SSL has been around for a very long time, and it has become the standard term that lay people use when talking about any kind of encrypted internet communications, even when SSL is not in play.  In fact only a tiny percentage of encrypted internet communications are still using SSL, and the majority have moved forward to a new technology called Transport Layer Security (TLS).  Even so, the total global internet population is massive, so the tiny percentage of connections still using SSL could potentially add up to millions of individual connections per day.

The final update of SSL was SSL3, and this was found to be an inherently vulnerable protocol, and if you already heard about that, it’s probably had you a bit worried.  We’d like to take a moment to tell you more about what’s going on with SSL3, and what it could mean for you.
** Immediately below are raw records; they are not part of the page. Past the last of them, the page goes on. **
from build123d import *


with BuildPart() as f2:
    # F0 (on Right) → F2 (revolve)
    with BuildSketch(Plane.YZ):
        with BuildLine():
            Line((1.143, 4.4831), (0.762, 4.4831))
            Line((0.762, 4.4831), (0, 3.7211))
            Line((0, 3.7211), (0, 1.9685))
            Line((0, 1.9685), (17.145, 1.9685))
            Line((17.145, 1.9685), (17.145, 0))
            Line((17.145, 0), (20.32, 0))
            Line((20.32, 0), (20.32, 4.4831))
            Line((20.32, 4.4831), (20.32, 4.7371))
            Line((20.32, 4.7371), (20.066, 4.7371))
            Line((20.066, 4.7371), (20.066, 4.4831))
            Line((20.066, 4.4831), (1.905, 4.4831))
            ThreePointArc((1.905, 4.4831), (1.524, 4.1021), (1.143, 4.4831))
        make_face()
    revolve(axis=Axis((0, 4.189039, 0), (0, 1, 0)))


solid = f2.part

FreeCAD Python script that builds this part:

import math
import FreeCAD as App
import Part
import Sketcher
Q = App.Units.Quantity

doc = App.newDocument("Part")
body = doc.addObject("PartDesign::Body", "Body")

# Sketch on YZ plane
sketch1 = doc.addObject("Sketcher::SketchObject", "Sketch")
body.addObject(sketch1)
sketch1.AttachmentSupport = (doc.YZ_Plane, [""])
sketch1.MapMode = "FlatFace"
sketch1.addGeometry(Part.LineSegment(App.Vector(1.14, 4.48, 0), App.Vector(0.76, 4.48, 0)), False)
sketch1.addGeometry(Part.LineSegment(App.Vector(0.76, 4.48, 0), App.Vector(0, 3.72, 0)), False)
sketch1.addGeometry(Part.LineSegment(App.Vector(0, 3.72, 0), App.Vector(0, 1.97, 0)), False)
sketch1.addGeometry(Part.LineSegment(App.Vector(0, 1.97, 0), App.Vector(17.14, 1.97, 0)), False)
sketch1.addGeometry(Part.LineSegment(App.Vector(17.14, 1.97, 0), App.Vector(17.14, 0, 0)), False)
sketch1.addGeometry(Part.LineSegment(App.Vector(17.14, 0, 0), App.Vector(20.32, 0, 0)), False)
sketch1.addGeometry(Part.LineSegment(App.Vector(20.32, 0, 0), App.Vector(20.32, 4.74, 0)), False)
sketch1.addGeometry(Part.LineSegment(App.Vector(20.32, 4.74, 0), App.Vector(20.07, 4.74, 0)), False)
sketch1.addGeometry(Part.LineSegment(App.Vector(20.07, 4.74, 0), App.Vector(20.07, 4.48, 0)), False)
sketch1.addGeometry(Part.LineSegment(App.Vector(20.07, 4.48, 0), App.Vector(1.91, 4.48, 0)), False)
sketch1.addGeometry(Part.ArcOfCircle(Part.Circle(App.Vector(1.52, 4.48, 0), App.Vector(0, 0, 1), 0.38), math.radians(180), math.radians(360)), False)
sketch1.addConstraint(Sketcher.Constraint("Coincident", 0, 2, 1, 1))
sketch1.addConstraint(Sketcher.Constraint("Coincident", 1, 2, 2, 1))
sketch1.addConstraint(Sketcher.Constraint("Coincident", 2, 2, 3, 1))
sketch1.addConstraint(Sketcher.Constraint("Coincident", 3, 2, 4, 1))
sketch1.addConstraint(Sketcher.Constraint("Coincident", 4, 2, 5, 1))
sketch1.addConstraint(Sketcher.Constraint("Coincident", 5, 2, 6, 1))
sketch1.addConstraint(Sketcher.Constraint("Coincident", 6, 2, 7, 1))
sketch1.addConstraint(Sketcher.Constraint("Coincident", 7, 2, 8, 1))
sketch1.addConstraint(Sketcher.Constraint("Coincident", 8, 2, 9, 1))
sketch1.addConstraint(Sketcher.Constraint("Coincident", 9, 2, 10, 2))
sketch1.addConstraint(Sketcher.Constraint("Coincident", 10, 1, 0, 1))
sketch1.addConstraint(Sketcher.Constraint("Horizontal", 0))
sketch1.addConstraint(Sketcher.Constraint("Vertical", 2))
sketch1.addConstraint(Sketcher.Constraint("Horizontal", 3))
sketch1.addConstraint(Sketcher.Constraint("Vertical", 4))
sketch1.addConstraint(Sketcher.Constraint("Horizontal", 5))
sketch1.addConstraint(Sketcher.Constraint("Vertical", 6))
sketch1.addConstraint(Sketcher.Constraint("Horizontal", 7))
sketch1.addConstraint(Sketcher.Constraint("Vertical", 8))
sketch1.addConstraint(Sketcher.Constraint("Horizontal", 9))
sketch1.addConstraint(Sketcher.Constraint("PointOnObject", 1, 2, -2))
sketch1.addConstraint(Sketcher.Constraint("PointOnObject", 4, 2, -1))
sketch1.addConstraint(Sketcher.Constraint("Horizontal", 10, 3, 0, 2))
sketch1.addConstraint(Sketcher.Constraint("Horizontal", 0, 2, 8, 2))
sketch1.addConstraint(Sketcher.Constraint("Equal", 7, 8))
sketch1.addConstraint(Sketcher.Constraint("Angle", 1, Q("-135 deg")))
sketch1.addConstraint(Sketcher.Constraint("Radius", 10, Q("0.015 in")))
sketch1.addConstraint(Sketcher.Constraint("DistanceX", 7, 2, 7, 1, Q("0.01 in")))
sketch1.addConstraint(Sketcher.Constraint("DistanceX", -1, 1, 5, 2, Q("0.8 in")))
sketch1.addConstraint(Sketcher.Constraint("DistanceX", 9, 2, 3, 2, Q("0.6 in")))
sketch1.addConstraint(Sketcher.Constraint("DistanceX", 0, 2, 0, 1, Q("0.015 in")))
sketch1.addConstraint(Sketcher.Constraint("DistanceX", 3, 1, 3, 2, Q("0.675 in")))
sketch1.addConstraint(Sketcher.Constraint("DistanceY", 2, 2, 2, 1, Q("0.069 in")))
sketch1.addConstraint(Sketcher.Constraint("DistanceY", 4, 2, 4, 1, Q("0.0775 in")))
revolution = doc.addObject("PartDesign::Revolution", "Revolution")
body.addObject(revolution)
revolution.Profile = sketch1
revolution.ReferenceAxis = (sketch1, ["H_Axis"])
revolution.Angle = 360

doc.recompute()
What exactly is the problem with SSL3?

Yes, it’s true that SSL is vulnerable to exploit.  Before you hit the panic button and break out your tinfoil hat, consider that all encryption technologies are vulnerable.  It’s just that some technologies are more vulnerable than others.
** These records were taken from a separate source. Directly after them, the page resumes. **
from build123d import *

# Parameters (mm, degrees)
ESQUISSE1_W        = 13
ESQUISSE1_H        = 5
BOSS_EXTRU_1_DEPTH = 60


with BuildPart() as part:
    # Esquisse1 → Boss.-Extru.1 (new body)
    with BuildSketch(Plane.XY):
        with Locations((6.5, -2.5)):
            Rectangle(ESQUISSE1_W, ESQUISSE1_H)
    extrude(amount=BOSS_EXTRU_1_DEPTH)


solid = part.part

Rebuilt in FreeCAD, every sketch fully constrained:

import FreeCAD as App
import Part
import Sketcher

V = App.Vector
Q = App.Units.Quantity


def add_polygon(sketch, points):
    """Adds a closed chain of lines whose ends are joined by coincident constraints."""
    first, n = sketch.GeometryCount, len(points)
    for a, b in zip(points, points[1:] + points[:1]):
        sketch.addGeometry(Part.LineSegment(App.Vector(*a, 0), App.Vector(*b, 0)), False)
    for i in range(n):
        sketch.addConstraint(Sketcher.Constraint("Coincident", first + i, 2, first + (i + 1) % n, 1))

doc = App.newDocument("Part")
body = doc.addObject("PartDesign::Body", "Body")

sketch1 = body.newObject("Sketcher::SketchObject", "Sketch")
sketch1.AttachmentSupport = (doc.getObject("XY_Plane"), [""])
sketch1.MapMode = "FlatFace"
add_polygon(sketch1, [(0, 0), (0, -5), (13, -5), (13, 0)])
sketch1.addConstraint([
    Sketcher.Constraint("Vertical", 0),
    Sketcher.Constraint("Horizontal", 1),
    Sketcher.Constraint("Vertical", 2),
    Sketcher.Constraint("Horizontal", 3),
    Sketcher.Constraint("Coincident", 3, 2, -1, 1),
    Sketcher.Constraint("DistanceX", 1, 1, 1, 2, Q("13 mm")),
    Sketcher.Constraint("DistanceY", 0, 2, 0, 1, Q("5 mm")),
])
pad1 = body.newObject("PartDesign::Pad", "Pad")
pad1.Profile = sketch1
pad1.Length = 60

doc.recompute()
When data is sent over the internet, it is not all sent as one continuous stream.  It gets split into chunks called “packets”.  This makes the data transmission very efficient, because the packets can be routed through multiple different pathways simultaneously to reach their destination.  Those little packets of data don’t always arrive safely at their destination, but when this happens the recipient computer detects that there are missing packets and simply requests new copies of those packets from the sender.  There are two main types of packets used for internet communications, called UDP and TCP

SSL (and TLS) adds encryption to each packet so that if they’re intercepted, it’s going to take a lot of work for somebody to be able to retrieve any meaningful data from them.  Without that encryption, the data has no protection at all.
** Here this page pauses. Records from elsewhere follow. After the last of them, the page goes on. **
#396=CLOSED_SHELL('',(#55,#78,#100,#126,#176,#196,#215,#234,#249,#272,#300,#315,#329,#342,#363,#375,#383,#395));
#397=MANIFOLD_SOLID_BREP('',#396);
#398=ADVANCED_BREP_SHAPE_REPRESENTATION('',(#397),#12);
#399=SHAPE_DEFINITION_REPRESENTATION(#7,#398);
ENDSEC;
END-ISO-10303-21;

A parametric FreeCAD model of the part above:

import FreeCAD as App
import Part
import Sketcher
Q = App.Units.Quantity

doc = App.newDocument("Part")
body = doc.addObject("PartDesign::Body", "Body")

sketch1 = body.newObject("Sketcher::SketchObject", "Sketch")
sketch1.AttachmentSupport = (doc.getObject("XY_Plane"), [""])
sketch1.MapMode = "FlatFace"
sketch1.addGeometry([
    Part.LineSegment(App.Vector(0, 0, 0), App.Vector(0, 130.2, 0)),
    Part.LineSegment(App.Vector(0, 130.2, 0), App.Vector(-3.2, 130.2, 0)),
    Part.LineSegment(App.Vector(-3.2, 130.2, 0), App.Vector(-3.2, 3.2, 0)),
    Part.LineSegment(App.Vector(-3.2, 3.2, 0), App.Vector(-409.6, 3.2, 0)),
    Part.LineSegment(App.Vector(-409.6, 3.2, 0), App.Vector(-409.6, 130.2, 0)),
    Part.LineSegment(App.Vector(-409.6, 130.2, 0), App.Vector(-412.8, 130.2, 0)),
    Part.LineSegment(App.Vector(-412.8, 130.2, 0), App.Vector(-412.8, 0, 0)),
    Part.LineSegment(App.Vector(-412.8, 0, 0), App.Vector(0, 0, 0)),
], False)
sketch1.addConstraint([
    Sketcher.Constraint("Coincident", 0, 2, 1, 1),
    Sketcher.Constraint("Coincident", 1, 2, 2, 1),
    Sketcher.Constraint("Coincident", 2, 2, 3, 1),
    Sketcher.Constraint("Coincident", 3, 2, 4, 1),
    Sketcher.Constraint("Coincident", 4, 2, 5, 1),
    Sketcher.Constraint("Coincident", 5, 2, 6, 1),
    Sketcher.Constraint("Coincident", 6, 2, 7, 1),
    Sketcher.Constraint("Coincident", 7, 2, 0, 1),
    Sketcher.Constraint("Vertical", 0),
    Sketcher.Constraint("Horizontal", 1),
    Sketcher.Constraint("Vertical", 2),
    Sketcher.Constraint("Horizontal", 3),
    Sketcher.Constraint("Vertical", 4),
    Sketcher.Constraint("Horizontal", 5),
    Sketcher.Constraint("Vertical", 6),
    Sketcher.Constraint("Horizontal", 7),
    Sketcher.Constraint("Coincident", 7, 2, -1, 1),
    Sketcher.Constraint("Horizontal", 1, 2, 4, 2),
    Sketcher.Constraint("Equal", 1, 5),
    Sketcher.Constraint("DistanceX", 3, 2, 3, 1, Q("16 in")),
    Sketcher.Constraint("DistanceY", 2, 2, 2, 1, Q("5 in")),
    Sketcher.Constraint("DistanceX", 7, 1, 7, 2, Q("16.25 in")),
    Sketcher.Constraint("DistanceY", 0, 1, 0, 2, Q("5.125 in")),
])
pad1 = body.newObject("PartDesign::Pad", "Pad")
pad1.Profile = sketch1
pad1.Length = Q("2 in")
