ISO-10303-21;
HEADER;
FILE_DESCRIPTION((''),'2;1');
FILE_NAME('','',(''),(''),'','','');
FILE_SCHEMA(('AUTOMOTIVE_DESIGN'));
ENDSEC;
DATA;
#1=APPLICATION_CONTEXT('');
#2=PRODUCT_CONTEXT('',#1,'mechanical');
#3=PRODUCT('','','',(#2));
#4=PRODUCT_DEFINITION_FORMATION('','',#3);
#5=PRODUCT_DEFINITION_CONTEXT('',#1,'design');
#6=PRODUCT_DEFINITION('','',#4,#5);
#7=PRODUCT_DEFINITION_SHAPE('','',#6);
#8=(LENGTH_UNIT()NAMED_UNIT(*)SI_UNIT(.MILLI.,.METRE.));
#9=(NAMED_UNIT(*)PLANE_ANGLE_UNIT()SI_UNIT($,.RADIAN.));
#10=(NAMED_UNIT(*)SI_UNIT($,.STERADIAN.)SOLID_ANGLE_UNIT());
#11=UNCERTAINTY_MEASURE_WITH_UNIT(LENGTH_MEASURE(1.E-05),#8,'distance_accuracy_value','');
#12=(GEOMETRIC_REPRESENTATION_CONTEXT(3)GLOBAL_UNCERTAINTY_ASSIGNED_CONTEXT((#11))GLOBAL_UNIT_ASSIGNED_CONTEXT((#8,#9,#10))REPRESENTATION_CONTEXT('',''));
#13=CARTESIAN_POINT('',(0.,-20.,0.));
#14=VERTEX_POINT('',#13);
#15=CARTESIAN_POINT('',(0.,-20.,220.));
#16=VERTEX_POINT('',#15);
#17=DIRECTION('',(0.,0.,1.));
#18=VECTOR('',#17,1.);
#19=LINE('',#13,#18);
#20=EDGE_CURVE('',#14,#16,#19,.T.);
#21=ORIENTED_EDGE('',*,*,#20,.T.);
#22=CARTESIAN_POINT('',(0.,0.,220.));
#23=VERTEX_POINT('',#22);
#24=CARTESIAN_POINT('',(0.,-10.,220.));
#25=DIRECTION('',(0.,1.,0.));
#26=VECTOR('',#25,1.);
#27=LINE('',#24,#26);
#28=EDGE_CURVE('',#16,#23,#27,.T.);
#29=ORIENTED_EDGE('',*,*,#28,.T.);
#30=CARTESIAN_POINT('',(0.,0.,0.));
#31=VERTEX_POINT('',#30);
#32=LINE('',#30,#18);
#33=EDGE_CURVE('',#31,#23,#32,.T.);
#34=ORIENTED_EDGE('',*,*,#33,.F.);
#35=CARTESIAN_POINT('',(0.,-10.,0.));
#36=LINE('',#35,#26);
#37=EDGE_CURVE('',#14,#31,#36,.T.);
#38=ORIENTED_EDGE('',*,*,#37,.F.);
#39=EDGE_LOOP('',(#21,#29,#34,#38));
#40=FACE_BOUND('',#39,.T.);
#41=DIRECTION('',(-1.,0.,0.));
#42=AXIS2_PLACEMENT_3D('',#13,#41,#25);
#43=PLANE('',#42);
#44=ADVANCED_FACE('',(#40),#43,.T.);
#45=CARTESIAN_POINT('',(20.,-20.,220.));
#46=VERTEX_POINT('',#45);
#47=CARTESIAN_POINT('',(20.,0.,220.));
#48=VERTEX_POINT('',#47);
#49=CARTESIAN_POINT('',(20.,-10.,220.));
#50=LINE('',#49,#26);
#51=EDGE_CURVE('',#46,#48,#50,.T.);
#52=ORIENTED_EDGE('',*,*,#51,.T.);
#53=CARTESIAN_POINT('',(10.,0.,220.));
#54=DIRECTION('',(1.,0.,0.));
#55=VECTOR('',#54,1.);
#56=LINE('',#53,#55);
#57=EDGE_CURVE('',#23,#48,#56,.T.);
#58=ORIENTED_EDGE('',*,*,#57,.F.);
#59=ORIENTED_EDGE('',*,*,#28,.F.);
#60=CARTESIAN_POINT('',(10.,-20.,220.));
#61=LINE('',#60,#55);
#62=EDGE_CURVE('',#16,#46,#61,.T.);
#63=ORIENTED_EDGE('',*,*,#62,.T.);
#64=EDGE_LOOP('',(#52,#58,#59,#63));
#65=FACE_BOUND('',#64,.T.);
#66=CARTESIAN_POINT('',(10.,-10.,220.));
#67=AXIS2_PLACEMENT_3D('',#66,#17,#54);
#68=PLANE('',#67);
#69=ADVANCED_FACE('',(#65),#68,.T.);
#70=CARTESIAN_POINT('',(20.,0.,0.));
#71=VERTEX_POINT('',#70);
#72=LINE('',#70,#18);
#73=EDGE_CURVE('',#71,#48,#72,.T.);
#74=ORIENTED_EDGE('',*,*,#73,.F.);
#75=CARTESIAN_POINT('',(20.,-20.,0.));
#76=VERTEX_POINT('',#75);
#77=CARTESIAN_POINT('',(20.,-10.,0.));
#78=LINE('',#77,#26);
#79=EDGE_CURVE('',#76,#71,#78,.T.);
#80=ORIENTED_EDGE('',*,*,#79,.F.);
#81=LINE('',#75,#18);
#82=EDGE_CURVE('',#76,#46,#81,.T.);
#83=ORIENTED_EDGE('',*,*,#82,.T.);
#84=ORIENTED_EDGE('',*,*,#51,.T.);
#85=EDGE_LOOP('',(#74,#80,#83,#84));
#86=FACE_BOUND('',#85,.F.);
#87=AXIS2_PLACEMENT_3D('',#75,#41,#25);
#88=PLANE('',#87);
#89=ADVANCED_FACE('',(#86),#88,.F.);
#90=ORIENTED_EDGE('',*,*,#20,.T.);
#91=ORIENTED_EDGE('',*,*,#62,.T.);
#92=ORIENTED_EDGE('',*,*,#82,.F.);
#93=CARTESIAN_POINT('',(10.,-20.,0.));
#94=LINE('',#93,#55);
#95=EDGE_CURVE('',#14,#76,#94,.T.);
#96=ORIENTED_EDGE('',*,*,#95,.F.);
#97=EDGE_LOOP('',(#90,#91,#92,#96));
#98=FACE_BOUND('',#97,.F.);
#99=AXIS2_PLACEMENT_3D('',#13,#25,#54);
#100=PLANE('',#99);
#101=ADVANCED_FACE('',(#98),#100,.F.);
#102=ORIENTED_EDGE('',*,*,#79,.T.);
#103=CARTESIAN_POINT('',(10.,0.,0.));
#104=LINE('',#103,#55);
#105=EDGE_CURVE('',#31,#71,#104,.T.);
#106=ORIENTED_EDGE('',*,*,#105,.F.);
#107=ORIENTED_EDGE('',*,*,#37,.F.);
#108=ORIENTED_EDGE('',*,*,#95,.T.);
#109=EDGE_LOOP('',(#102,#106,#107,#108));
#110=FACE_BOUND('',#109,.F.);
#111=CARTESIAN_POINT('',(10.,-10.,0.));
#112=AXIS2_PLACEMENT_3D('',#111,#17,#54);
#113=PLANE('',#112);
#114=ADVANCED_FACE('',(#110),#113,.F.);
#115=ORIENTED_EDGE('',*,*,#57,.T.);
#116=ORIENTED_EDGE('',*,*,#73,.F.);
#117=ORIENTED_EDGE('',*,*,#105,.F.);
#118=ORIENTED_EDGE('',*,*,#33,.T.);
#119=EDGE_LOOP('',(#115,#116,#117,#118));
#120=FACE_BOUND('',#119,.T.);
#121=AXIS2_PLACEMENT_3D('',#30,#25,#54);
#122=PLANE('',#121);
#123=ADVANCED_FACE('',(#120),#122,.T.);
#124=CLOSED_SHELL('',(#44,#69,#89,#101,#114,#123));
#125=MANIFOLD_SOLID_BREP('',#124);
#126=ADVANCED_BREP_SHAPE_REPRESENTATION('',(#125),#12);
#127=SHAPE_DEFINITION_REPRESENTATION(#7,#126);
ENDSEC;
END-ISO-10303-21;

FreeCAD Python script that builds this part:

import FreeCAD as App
import Part
import Sketcher
from FreeCAD import Vector
Q = App.Units.Quantity

doc = App.newDocument("Part")
body = doc.addObject("PartDesign::Body", "Body")

# Sketch on XY plane
sketch1 = body.newObject("Sketcher::SketchObject", "Sketch")
sketch1.AttachmentSupport = (doc.getObject("XY_Plane"), [""])
sketch1.MapMode = "FlatFace"
sketch1.addGeometry([
    Part.LineSegment(Vector(0, 0, 0), Vector(0, -20, 0)),
    Part.LineSegment(Vector(0, -20, 0), Vector(20, -20, 0)),
    Part.LineSegment(Vector(20, -20, 0), Vector(20, 0, 0)),
    Part.LineSegment(Vector(20, 0, 0), Vector(0, 0, 0)),
], False)
sketch1.addConstraint([
    Sketcher.Constraint("Coincident", 0, 2, 1, 1),
    Sketcher.Constraint("Coincident", 1, 2, 2, 1),
    Sketcher.Constraint("Coincident", 2, 2, 3, 1),
    Sketcher.Constraint("Coincident", 3, 2, 0, 1),
    Sketcher.Constraint("Vertical", 0),
    Sketcher.Constraint("Horizontal", 1),
    Sketcher.Constraint("Vertical", 2),
    Sketcher.Constraint("Horizontal", 3),
    Sketcher.Constraint("Coincident", 3, 2, -1, 1),
    Sketcher.Constraint("Equal", 3, 0),
    Sketcher.Constraint("DistanceX", 1, 1, 1, 2, Q("20 mm")),
])
pad1 = body.newObject("PartDesign::Pad", "Pad")
pad1.Profile = sketch1
pad1.Length = 220

doc.recompute()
In this world there are some people who are very naughty.  Every year they wake up on Christmas morning to find their stocking filled with coal, and I guess this must make them even more mad at the world, so they do even more bad things.  That means things like creating packet sniffing software that seeks out packets containing the kind of data that would be interesting for them.

Packet sniffing is quite hard work and requires sorting through a lot of useless packets, but there will always be some packets of significant interest, mainly because administrators nearly always send passwords in unencrypted emails (because few ordinary computer users understand why or how to use encryption), and most users never change their administrator assigned passwords.  Incidentally, this is why you should always let users create their own passwords at sign-up, as it avoids the need for transmitting a password in plain text.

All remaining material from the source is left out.